About the changes I made in the scripts, for the original one and the improved one, I copy the scripts from this repo, and the changes I made to these to scripts are the same:

change torch.nn.functional.pad to concat a padding tensor, because the TensorRT I use doesn't support this operation.
I didn't use the classification head, because I merely used FatserViT to work as my feature extraction mudule.

I kept every other settings the same except the model structure and config (window size). I wonder why in this case, the results are not as expected. I mean, I really didn't make too many changes to the original scripts.

About the TensorRT version, sorry I couldn't upgrade it right now, because we work as a group and everything was settled, any changes to the settings require my colleges‘ unanimous agreement. Thus, if one's using older version of TensorRT, the perf improvement is no longer valid？
I see the result of debug_fastervit.onnx, which is so much better than what I got. But could you also show the result of debug_fastervit_better.onnx please? I wonder how much it's better than the original version.

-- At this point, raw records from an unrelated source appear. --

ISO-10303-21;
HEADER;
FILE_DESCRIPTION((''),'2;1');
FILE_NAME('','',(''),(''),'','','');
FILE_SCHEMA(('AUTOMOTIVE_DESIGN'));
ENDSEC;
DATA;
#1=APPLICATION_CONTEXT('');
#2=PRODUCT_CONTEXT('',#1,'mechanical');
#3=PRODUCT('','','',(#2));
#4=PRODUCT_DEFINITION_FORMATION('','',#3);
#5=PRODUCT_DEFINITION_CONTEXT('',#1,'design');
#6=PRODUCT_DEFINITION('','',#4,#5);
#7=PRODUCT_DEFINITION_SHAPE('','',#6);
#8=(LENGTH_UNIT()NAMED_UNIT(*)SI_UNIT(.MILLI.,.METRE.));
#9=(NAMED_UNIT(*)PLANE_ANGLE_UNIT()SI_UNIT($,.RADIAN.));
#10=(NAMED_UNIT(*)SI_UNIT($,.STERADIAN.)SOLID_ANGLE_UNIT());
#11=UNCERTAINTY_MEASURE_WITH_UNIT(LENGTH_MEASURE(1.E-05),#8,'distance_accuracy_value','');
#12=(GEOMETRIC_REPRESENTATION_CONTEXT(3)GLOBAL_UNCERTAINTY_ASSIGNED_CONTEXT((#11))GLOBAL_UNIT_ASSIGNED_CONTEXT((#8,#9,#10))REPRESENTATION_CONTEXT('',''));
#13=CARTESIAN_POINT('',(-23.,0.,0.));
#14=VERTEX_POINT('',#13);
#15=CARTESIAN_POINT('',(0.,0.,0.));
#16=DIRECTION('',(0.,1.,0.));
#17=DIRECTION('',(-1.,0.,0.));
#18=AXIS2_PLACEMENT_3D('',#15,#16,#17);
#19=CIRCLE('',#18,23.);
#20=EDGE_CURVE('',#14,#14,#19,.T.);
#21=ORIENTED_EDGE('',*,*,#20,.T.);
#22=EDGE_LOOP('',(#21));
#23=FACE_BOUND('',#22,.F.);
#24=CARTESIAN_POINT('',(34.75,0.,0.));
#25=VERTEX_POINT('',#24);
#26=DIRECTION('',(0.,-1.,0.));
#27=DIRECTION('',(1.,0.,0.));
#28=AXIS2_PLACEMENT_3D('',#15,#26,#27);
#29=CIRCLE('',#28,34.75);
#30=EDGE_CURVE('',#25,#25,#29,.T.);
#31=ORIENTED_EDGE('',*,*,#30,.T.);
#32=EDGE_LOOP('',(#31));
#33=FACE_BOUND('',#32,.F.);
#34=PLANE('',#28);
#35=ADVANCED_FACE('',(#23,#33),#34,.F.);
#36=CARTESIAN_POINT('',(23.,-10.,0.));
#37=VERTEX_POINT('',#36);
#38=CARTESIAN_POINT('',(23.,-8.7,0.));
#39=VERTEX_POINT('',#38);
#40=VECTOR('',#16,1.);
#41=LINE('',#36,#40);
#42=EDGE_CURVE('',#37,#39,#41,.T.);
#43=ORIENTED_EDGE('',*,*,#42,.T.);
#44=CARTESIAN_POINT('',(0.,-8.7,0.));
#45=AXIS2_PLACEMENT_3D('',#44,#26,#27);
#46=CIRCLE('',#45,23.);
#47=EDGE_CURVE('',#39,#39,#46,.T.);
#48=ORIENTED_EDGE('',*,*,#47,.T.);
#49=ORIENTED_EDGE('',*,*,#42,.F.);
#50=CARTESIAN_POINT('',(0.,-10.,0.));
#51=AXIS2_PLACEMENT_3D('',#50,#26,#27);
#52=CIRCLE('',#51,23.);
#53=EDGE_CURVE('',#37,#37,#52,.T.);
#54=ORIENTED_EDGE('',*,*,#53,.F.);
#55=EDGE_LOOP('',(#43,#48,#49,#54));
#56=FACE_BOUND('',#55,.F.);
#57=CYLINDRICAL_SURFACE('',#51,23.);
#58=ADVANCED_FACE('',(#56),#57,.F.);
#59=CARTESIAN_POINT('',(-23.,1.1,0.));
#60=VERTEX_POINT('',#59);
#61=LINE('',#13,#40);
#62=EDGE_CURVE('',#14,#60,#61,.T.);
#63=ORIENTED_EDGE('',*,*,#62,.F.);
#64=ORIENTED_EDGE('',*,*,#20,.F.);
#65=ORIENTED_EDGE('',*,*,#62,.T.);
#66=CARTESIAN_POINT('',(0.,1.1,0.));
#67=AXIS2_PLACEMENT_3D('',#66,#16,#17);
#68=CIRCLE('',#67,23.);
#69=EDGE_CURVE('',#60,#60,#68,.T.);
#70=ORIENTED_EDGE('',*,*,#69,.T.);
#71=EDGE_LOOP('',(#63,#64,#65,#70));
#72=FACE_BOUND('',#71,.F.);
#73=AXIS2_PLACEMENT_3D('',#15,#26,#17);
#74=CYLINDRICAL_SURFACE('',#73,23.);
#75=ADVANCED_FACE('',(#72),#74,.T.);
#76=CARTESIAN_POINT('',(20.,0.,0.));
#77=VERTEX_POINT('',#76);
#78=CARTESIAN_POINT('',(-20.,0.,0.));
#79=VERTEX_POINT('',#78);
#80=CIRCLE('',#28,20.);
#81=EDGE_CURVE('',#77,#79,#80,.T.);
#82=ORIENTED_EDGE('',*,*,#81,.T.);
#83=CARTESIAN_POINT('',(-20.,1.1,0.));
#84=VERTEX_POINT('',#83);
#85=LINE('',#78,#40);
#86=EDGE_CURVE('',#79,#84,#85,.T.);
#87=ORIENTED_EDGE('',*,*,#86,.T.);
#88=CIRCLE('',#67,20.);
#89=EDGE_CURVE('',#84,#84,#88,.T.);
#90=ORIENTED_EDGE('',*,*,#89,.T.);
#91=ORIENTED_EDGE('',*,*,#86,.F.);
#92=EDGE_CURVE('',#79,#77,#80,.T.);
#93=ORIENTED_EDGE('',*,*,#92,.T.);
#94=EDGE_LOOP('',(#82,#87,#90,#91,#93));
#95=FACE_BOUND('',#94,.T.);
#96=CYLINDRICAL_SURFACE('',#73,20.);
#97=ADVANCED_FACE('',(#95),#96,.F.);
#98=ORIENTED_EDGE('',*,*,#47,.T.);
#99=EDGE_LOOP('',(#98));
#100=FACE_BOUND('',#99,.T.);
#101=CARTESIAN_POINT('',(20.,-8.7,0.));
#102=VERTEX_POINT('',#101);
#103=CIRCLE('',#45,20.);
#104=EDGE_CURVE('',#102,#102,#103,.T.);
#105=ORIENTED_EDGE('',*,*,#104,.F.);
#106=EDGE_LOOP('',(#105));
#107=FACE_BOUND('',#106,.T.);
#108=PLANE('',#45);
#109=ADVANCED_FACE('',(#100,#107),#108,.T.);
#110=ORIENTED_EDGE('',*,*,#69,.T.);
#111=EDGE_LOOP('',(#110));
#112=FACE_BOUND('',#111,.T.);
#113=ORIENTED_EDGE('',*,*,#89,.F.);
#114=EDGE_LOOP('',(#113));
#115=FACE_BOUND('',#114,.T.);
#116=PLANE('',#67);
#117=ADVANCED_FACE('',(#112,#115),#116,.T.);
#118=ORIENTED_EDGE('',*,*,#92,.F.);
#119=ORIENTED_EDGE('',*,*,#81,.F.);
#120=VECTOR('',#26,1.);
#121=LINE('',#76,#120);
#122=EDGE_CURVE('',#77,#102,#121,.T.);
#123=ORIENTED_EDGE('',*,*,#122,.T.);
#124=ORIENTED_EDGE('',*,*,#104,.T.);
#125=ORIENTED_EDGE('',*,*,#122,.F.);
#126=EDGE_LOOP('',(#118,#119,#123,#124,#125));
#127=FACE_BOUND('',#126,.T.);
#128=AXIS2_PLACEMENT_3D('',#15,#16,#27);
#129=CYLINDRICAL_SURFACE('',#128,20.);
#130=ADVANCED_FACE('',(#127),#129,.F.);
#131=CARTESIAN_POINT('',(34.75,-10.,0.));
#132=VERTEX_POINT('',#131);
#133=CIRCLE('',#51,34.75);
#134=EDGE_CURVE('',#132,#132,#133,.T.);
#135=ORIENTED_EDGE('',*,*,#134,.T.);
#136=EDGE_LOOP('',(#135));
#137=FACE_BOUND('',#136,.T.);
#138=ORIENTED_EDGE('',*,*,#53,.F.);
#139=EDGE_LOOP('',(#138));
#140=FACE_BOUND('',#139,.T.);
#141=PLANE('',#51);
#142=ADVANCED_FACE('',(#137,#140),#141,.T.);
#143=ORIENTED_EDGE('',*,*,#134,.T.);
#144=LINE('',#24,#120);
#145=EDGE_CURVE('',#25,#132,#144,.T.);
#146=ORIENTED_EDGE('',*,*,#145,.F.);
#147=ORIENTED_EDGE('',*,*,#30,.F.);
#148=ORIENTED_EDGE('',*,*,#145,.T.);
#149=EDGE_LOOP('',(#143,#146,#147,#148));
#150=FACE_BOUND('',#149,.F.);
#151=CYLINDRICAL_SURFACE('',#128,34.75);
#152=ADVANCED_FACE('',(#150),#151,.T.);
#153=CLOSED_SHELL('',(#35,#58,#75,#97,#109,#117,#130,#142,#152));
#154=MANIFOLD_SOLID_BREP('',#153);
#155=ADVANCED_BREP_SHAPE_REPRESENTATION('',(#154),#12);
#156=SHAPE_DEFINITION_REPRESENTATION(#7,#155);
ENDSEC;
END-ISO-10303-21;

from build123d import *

# Parameters (mm, degrees)
F0_R     = 34.75
F0_R_2   = 20
F1_DEPTH = 10
F2_R     = 23
F2_R_2   = 20
F3_DEPTH = 1.3
F4_R     = 23
F4_R_2   = 20
F5_DEPTH = 1.1


with BuildPart() as f1:
    # F0 (on Front) → F1 (new body)
    with BuildSketch(Plane.XZ):
        Circle(F0_R)
        Circle(F0_R_2, mode=Mode.SUBTRACT)
    extrude(amount=F1_DEPTH)

    # F2 (on face) → F3 (cut)
    with BuildSketch(Plane.XZ.offset(10)):
        Circle(F2_R)
        Circle(F2_R_2, mode=Mode.SUBTRACT)
    extrude(amount=-F3_DEPTH, mode=Mode.SUBTRACT)

    # F4 (on face) → F5 (join)
    with BuildSketch(Plane(origin=(0, 0, 0), x_dir=(-1, 0, 0), z_dir=(0, 1, 0))):
        Circle(F4_R)
        Circle(F4_R_2, mode=Mode.SUBTRACT)
    extrude(amount=F5_DEPTH)


solid = f1.part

Thank you again for the help.

Answer 6 · 2023-07-19T02:28:10.000Z

IIRC, we are mixing up 2 differences in this discussion: 1) the difference in two models 2) TensorRT version difference.

Re 1:
The relevant change for TensorRT performance improvement is f5361f9. The models you provided contain more differences beyond that. It is hard to tell whether the "better" model is functionally equivalent and more computationally efficient. That's why I said it is not an apple-to-apple comparison.

Re 2:
It is sad to hear you have to stay with a much older TensorRT release. By the time TRT 8.2 is released, vision transformers are not major target workload for performance optimization. We have updated readme to make it clear that it is recommended to use latest TensorRT for performance tuning.

Re 3:
I do test the "better" ONNX and it is indeed slightly slower than the baseline model. Because of 1, I didn't check performance further.

Answer 7 · 2023-07-19T03:58:44.000Z

I echo @longlee0622 's comments in using the latest TRT release. The team is actively making progress on each release, and hence it would be sub-optimal to not take advantage of it.

Answer 8 · 2023-07-19T10:45:51.000Z

Hello, @longlee0622 , thank for the enlightening tips. I used onnx-graphsurgeon and onnxsim to simplify the improved FasterViT, it achieved great results:

The throughputs actually increases to 167 ! However, for the original FasterViT (debug_fastervit.onnx), I performed the same operations, but it failed:

I didn't know the reason why this happened, but I'd let it go right now. Because now the performance of improved Fastervit is totally acceptable. And later, I will start using TensorRT 8.6 and attempt to persuade my colleges to do it. Thank you for your help and good advice. @longlee0622 @ahatamiz

Answer 9 · 2023-07-20T14:38:09.000Z

Thanks @QingXIA233. I close this issue for now but feel free to open or raise a new issue to continue the discussion.